BEGIN

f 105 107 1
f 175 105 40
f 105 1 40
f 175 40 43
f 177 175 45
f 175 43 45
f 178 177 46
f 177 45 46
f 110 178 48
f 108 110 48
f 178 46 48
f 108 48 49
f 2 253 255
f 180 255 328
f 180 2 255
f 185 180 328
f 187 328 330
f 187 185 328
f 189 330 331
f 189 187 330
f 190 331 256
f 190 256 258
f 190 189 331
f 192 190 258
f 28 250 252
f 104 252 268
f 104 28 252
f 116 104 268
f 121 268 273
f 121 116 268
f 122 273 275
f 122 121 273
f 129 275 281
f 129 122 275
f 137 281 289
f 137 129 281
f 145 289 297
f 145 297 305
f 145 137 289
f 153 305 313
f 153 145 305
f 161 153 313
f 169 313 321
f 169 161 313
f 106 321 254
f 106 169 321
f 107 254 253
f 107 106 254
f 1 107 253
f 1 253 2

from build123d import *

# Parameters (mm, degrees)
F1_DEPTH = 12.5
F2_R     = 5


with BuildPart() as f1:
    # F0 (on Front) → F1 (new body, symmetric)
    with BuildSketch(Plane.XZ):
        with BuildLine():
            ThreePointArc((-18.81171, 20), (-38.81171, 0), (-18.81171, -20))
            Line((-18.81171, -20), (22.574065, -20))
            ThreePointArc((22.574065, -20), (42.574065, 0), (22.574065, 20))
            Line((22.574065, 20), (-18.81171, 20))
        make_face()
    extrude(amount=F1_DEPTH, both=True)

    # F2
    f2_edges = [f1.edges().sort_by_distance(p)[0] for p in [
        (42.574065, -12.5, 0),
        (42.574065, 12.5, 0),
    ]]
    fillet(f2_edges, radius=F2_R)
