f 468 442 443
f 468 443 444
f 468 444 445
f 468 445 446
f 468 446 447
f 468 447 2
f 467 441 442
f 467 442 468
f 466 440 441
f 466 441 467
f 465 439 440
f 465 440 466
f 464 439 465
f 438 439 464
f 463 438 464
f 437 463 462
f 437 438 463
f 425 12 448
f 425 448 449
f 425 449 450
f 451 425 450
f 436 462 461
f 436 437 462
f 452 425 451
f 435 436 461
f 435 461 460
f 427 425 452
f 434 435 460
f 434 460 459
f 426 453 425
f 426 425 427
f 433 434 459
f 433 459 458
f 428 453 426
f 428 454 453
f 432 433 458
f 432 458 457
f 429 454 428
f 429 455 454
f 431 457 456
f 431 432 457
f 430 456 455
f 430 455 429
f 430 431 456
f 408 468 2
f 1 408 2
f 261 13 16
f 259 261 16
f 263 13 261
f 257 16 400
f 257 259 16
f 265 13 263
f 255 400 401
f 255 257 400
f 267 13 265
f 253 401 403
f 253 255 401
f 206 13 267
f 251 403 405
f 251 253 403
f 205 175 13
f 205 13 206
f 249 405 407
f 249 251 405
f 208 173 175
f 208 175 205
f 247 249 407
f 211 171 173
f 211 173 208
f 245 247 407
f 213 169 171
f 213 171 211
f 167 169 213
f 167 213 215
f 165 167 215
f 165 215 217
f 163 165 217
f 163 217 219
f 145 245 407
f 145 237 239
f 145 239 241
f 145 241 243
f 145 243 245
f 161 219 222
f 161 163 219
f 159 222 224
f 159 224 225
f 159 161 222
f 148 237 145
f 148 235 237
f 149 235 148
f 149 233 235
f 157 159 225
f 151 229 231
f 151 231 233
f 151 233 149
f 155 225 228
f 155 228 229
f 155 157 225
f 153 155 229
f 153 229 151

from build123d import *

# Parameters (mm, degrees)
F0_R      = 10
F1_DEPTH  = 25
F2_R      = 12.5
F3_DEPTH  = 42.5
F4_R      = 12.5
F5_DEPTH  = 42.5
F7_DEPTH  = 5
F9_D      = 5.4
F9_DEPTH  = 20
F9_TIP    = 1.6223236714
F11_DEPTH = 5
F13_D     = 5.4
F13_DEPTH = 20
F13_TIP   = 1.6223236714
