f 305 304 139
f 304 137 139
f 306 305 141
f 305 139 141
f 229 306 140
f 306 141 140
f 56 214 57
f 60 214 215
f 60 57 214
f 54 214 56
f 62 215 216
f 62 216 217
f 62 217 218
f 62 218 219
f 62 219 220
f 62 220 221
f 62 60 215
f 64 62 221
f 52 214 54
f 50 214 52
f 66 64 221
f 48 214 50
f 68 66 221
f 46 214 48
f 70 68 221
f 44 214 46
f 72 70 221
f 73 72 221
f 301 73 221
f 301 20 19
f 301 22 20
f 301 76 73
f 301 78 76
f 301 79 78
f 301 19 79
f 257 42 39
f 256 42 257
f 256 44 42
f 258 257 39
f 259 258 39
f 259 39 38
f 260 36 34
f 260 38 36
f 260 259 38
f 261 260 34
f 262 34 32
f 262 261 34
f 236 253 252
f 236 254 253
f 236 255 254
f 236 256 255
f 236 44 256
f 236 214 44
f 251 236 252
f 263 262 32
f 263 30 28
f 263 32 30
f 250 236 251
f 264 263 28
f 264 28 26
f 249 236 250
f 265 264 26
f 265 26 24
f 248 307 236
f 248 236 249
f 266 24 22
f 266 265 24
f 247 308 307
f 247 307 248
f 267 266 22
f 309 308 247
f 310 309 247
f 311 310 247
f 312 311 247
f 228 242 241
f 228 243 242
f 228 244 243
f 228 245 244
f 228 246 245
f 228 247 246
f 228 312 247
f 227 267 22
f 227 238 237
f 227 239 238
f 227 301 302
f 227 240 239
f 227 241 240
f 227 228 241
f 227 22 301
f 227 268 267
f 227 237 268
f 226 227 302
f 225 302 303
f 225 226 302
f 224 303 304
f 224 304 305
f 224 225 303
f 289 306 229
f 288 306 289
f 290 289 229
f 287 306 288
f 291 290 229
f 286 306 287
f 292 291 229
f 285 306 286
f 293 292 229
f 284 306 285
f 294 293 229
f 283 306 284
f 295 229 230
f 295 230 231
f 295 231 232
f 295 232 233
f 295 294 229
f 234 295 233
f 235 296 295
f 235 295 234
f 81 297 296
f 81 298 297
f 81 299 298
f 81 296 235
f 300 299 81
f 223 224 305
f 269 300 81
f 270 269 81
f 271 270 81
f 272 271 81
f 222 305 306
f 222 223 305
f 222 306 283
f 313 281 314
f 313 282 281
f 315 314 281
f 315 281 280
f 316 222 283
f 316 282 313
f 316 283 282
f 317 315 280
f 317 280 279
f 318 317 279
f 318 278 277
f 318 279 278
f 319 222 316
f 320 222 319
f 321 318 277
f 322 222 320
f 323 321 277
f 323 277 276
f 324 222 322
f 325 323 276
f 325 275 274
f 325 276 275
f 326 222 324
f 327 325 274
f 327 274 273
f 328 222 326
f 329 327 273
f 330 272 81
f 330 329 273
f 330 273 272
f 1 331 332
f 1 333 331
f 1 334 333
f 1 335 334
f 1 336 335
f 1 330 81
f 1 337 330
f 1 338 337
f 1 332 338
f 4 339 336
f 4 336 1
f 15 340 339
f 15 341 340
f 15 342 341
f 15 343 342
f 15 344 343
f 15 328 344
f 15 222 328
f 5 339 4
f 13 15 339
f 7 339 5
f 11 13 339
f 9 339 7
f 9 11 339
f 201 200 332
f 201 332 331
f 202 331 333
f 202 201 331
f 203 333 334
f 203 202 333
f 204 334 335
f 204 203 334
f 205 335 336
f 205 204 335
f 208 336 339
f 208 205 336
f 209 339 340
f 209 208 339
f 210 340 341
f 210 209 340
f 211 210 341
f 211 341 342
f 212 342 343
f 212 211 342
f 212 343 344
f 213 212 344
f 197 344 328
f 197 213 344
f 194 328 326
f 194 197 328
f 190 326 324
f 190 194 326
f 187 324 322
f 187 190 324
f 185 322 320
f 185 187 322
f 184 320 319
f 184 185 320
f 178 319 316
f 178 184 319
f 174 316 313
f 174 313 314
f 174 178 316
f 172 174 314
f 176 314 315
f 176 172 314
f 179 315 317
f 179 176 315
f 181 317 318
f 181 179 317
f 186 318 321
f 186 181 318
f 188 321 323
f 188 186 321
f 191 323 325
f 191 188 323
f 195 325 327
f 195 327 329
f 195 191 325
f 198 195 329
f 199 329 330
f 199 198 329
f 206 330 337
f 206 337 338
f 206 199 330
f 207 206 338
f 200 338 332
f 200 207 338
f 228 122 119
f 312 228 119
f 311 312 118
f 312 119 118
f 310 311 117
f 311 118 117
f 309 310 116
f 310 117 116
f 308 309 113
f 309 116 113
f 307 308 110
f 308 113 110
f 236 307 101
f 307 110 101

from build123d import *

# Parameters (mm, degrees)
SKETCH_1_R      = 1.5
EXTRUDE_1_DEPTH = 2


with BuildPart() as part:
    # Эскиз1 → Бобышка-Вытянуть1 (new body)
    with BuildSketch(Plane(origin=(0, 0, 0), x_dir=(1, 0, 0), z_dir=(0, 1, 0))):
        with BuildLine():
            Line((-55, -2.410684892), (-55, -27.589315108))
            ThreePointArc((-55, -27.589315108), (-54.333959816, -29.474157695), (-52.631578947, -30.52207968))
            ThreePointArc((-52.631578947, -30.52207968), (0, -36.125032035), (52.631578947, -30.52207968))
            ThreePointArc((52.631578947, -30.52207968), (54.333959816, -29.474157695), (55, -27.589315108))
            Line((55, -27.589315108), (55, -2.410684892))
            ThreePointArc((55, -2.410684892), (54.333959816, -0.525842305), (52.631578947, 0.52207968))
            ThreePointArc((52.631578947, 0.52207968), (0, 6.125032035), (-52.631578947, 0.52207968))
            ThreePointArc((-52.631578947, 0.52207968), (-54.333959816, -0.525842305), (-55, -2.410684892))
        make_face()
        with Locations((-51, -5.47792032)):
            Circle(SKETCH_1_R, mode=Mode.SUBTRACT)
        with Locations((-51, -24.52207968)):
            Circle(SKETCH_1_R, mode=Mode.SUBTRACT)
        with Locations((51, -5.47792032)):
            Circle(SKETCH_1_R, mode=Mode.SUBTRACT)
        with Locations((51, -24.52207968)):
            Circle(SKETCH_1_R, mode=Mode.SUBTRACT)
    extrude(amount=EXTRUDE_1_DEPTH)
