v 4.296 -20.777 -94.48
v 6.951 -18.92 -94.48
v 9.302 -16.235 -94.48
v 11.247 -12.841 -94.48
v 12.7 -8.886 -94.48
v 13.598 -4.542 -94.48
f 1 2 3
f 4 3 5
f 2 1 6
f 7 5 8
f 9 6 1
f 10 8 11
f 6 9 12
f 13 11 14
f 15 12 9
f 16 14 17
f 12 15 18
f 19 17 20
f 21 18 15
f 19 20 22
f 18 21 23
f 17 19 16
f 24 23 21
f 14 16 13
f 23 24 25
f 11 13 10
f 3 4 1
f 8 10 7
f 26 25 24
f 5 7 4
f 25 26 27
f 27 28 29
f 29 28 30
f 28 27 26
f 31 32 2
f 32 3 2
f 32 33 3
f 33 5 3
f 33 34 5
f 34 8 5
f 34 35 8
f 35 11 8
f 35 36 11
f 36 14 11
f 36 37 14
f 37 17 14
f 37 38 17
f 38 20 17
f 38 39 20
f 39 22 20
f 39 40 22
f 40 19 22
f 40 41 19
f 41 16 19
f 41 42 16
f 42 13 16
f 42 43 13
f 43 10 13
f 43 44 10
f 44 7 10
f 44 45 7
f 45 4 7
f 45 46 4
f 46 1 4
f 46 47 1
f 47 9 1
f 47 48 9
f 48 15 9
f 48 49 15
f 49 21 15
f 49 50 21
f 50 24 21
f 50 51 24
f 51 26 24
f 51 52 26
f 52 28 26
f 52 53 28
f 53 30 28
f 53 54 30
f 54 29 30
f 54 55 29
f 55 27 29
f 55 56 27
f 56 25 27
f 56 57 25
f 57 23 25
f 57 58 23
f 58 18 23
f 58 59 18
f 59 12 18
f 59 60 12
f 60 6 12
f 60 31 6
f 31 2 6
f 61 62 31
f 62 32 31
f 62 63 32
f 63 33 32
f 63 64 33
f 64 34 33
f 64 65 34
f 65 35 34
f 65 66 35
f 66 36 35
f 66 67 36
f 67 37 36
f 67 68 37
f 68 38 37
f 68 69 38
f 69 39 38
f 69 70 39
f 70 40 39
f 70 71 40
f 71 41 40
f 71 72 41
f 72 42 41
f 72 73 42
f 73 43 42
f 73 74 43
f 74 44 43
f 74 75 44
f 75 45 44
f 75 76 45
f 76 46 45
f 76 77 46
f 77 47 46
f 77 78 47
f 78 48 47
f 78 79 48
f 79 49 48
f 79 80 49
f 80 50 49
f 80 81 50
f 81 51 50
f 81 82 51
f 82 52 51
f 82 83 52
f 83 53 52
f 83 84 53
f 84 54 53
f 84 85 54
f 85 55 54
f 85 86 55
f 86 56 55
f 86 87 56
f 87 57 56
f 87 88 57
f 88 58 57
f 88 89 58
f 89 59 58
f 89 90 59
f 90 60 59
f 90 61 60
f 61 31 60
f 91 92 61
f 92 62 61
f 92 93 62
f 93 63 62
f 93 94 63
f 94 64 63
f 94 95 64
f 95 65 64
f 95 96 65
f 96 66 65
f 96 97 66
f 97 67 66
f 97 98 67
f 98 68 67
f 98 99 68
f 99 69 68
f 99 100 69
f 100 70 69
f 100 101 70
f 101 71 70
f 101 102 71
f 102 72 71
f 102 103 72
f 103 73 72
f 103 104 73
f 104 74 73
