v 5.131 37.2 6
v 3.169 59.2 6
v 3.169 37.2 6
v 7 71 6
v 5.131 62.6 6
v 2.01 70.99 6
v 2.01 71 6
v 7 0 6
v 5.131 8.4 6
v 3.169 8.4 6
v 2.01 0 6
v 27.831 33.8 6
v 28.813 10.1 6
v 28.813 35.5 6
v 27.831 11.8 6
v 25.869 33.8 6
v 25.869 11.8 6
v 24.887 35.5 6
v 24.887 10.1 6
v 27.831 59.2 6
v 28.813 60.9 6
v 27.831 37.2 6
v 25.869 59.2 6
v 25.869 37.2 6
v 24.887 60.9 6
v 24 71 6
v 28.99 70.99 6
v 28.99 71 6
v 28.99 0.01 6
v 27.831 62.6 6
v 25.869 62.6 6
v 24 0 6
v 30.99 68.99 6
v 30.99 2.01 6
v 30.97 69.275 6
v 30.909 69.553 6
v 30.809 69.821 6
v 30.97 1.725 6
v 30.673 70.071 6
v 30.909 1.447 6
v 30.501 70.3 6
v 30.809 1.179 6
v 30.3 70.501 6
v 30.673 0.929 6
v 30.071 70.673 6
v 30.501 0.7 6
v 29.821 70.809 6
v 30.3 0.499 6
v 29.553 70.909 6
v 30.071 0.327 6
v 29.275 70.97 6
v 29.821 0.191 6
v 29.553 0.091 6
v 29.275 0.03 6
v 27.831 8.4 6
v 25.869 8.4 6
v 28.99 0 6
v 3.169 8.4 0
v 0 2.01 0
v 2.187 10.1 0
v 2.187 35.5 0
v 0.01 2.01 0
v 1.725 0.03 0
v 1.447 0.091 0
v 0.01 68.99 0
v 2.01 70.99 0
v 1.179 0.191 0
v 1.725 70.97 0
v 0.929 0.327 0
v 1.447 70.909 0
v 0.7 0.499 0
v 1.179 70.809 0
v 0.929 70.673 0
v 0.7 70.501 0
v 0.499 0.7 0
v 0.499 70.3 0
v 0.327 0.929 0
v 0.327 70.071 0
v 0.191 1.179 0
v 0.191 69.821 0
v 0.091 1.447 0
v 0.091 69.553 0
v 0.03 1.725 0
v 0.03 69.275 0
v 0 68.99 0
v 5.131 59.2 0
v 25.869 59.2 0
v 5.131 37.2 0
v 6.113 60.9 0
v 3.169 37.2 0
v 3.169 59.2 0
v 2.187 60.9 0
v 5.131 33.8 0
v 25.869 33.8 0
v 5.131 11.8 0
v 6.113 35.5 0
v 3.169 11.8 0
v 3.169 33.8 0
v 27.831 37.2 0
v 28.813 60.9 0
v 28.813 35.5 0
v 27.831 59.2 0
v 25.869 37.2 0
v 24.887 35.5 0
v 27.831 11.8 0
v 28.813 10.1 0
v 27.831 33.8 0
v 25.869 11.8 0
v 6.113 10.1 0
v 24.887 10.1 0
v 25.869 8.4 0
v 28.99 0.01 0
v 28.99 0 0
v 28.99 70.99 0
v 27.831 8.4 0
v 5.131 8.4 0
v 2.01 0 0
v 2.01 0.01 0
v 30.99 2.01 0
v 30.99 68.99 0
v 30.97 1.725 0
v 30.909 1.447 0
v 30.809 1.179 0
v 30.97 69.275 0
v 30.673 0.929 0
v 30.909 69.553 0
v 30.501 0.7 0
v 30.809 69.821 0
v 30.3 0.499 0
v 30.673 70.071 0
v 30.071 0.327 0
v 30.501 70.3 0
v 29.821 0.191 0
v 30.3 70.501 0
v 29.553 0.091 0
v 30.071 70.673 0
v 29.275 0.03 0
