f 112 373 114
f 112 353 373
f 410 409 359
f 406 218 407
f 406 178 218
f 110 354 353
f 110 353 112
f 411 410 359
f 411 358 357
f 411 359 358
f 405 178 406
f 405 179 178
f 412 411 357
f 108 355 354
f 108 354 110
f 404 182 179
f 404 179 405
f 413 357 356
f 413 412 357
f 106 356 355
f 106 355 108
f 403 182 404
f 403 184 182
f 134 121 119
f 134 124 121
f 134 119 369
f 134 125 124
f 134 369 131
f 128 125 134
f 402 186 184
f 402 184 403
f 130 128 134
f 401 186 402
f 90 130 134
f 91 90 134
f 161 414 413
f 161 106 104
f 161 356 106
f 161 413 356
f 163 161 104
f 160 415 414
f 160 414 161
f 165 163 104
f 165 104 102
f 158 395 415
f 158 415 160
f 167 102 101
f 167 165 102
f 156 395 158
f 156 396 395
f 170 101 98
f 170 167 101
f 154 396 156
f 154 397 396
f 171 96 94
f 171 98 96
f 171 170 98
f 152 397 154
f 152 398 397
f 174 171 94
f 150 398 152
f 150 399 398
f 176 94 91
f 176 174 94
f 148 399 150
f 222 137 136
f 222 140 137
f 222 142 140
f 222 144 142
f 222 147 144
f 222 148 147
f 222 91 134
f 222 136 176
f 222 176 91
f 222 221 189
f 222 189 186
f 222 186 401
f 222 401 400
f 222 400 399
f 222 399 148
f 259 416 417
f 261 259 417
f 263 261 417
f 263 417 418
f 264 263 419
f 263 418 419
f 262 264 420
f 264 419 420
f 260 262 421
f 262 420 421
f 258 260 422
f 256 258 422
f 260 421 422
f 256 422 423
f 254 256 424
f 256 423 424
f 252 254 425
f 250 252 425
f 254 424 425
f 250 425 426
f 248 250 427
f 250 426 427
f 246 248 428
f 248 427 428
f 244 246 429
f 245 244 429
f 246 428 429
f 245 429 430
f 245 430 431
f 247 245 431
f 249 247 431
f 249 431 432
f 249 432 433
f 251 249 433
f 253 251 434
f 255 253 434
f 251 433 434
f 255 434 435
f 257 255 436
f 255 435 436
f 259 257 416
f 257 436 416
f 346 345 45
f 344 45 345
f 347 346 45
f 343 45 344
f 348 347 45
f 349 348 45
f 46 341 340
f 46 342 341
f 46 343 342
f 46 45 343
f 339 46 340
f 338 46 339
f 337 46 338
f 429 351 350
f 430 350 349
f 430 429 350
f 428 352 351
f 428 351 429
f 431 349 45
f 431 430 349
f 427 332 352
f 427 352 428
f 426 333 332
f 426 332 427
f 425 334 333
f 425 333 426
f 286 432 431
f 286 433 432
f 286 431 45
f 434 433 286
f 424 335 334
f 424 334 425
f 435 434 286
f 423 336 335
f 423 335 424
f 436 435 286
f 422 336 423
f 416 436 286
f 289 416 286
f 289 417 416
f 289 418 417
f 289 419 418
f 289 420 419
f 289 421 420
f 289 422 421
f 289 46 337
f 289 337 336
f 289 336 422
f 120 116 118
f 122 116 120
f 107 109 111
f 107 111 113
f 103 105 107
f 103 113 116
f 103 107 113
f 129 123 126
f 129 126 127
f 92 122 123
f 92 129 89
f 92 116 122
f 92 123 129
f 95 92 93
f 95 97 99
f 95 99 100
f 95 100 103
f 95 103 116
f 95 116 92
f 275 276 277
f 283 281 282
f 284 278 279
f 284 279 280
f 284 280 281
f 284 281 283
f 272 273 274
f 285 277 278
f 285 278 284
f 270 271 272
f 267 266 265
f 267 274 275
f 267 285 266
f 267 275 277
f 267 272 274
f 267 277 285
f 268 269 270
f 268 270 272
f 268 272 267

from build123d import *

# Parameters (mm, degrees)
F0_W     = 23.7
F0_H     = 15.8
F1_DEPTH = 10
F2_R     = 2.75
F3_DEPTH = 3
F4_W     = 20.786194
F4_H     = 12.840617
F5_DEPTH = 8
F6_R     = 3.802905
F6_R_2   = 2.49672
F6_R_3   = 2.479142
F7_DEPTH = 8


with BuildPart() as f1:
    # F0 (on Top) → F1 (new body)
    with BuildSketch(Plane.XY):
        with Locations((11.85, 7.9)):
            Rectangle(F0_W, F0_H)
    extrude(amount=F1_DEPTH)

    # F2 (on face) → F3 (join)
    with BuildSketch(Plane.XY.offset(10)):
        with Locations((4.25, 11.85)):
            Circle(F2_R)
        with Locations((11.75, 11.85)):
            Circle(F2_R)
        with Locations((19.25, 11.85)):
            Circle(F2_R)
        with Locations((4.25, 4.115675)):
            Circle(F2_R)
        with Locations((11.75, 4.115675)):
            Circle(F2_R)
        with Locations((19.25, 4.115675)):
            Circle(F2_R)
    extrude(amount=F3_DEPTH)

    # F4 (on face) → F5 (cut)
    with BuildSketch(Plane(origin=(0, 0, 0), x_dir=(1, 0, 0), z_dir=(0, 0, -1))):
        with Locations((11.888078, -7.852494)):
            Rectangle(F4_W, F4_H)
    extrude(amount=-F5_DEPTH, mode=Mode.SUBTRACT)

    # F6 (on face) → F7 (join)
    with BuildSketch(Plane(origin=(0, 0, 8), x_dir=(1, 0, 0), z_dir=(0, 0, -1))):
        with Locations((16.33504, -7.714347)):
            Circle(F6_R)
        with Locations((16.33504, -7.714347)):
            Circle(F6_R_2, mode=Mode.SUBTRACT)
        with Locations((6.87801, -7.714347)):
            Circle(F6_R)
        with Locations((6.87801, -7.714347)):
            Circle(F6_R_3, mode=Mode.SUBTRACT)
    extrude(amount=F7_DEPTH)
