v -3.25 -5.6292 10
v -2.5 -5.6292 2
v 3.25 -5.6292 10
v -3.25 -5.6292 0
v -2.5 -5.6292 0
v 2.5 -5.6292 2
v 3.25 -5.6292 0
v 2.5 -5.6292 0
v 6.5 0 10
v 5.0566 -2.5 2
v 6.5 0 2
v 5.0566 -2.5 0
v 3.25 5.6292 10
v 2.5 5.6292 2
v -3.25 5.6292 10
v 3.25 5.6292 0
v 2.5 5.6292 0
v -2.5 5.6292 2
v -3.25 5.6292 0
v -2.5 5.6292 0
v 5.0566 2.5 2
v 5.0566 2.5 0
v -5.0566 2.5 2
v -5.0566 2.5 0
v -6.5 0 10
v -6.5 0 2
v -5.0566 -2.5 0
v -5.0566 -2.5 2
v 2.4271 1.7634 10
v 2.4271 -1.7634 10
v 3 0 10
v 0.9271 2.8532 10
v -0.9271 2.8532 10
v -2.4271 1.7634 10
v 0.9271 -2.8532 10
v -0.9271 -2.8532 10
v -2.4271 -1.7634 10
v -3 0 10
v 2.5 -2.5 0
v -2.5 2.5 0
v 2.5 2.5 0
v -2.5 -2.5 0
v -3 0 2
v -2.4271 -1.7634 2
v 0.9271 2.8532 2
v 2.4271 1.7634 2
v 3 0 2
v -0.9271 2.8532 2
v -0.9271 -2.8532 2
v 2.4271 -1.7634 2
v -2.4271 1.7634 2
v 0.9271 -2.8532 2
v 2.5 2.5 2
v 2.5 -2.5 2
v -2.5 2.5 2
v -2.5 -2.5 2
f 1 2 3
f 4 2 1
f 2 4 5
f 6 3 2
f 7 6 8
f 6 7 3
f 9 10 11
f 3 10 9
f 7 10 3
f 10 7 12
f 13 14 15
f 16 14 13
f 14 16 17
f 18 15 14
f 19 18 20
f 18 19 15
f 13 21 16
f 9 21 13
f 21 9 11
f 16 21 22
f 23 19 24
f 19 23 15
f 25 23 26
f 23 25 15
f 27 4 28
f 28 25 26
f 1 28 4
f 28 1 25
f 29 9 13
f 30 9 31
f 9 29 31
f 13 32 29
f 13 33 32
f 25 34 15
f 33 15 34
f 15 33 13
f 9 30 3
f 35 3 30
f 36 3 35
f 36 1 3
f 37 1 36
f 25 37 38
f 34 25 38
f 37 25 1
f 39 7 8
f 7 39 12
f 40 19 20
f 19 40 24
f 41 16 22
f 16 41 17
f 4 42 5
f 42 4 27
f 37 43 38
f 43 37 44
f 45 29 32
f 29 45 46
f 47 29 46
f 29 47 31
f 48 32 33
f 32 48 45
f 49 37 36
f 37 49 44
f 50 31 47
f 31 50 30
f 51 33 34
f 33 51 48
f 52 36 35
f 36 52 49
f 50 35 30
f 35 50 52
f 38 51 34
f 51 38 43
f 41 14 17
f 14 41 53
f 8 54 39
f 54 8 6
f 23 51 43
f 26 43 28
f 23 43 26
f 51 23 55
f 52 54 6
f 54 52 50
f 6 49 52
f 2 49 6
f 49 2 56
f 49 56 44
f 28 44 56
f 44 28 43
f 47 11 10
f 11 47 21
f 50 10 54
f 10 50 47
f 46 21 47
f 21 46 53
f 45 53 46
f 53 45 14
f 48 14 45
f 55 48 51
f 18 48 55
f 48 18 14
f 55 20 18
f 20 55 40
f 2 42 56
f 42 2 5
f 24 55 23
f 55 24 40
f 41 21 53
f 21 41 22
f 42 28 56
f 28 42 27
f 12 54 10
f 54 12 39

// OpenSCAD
difference()
{
    cylinder(r=13/2,h=10, $fn=6);
    cylinder(r=6/2,h=10);
    translate([0,0,2/2])cube([5,15,2], center=true);
    translate([0,0,2/2])cube([15,5,2], center=true);
}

END

• [Exercise description] In the listing above, locate the line containing "f 285 306 286" and the line containing "f 316 283 282". Transcribe those two lines and everything between them, exactly as written.

• [Answer]
f 285 306 286
f 293 292 229
f 284 306 285
f 294 293 229
f 283 306 284
f 295 229 230
f 295 230 231
f 295 231 232
f 295 232 233
f 295 294 229
f 234 295 233
f 235 296 295
f 235 295 234
f 81 297 296
f 81 298 297
f 81 299 298
f 81 296 235
f 300 299 81
f 223 224 305
f 269 300 81
f 270 269 81
f 271 270 81
f 272 271 81
f 222 305 306
f 222 223 305
f 222 306 283
f 313 281 314
f 313 282 281
f 315 314 281
f 315 281 280
f 316 222 283
f 316 282 313
f 316 283 282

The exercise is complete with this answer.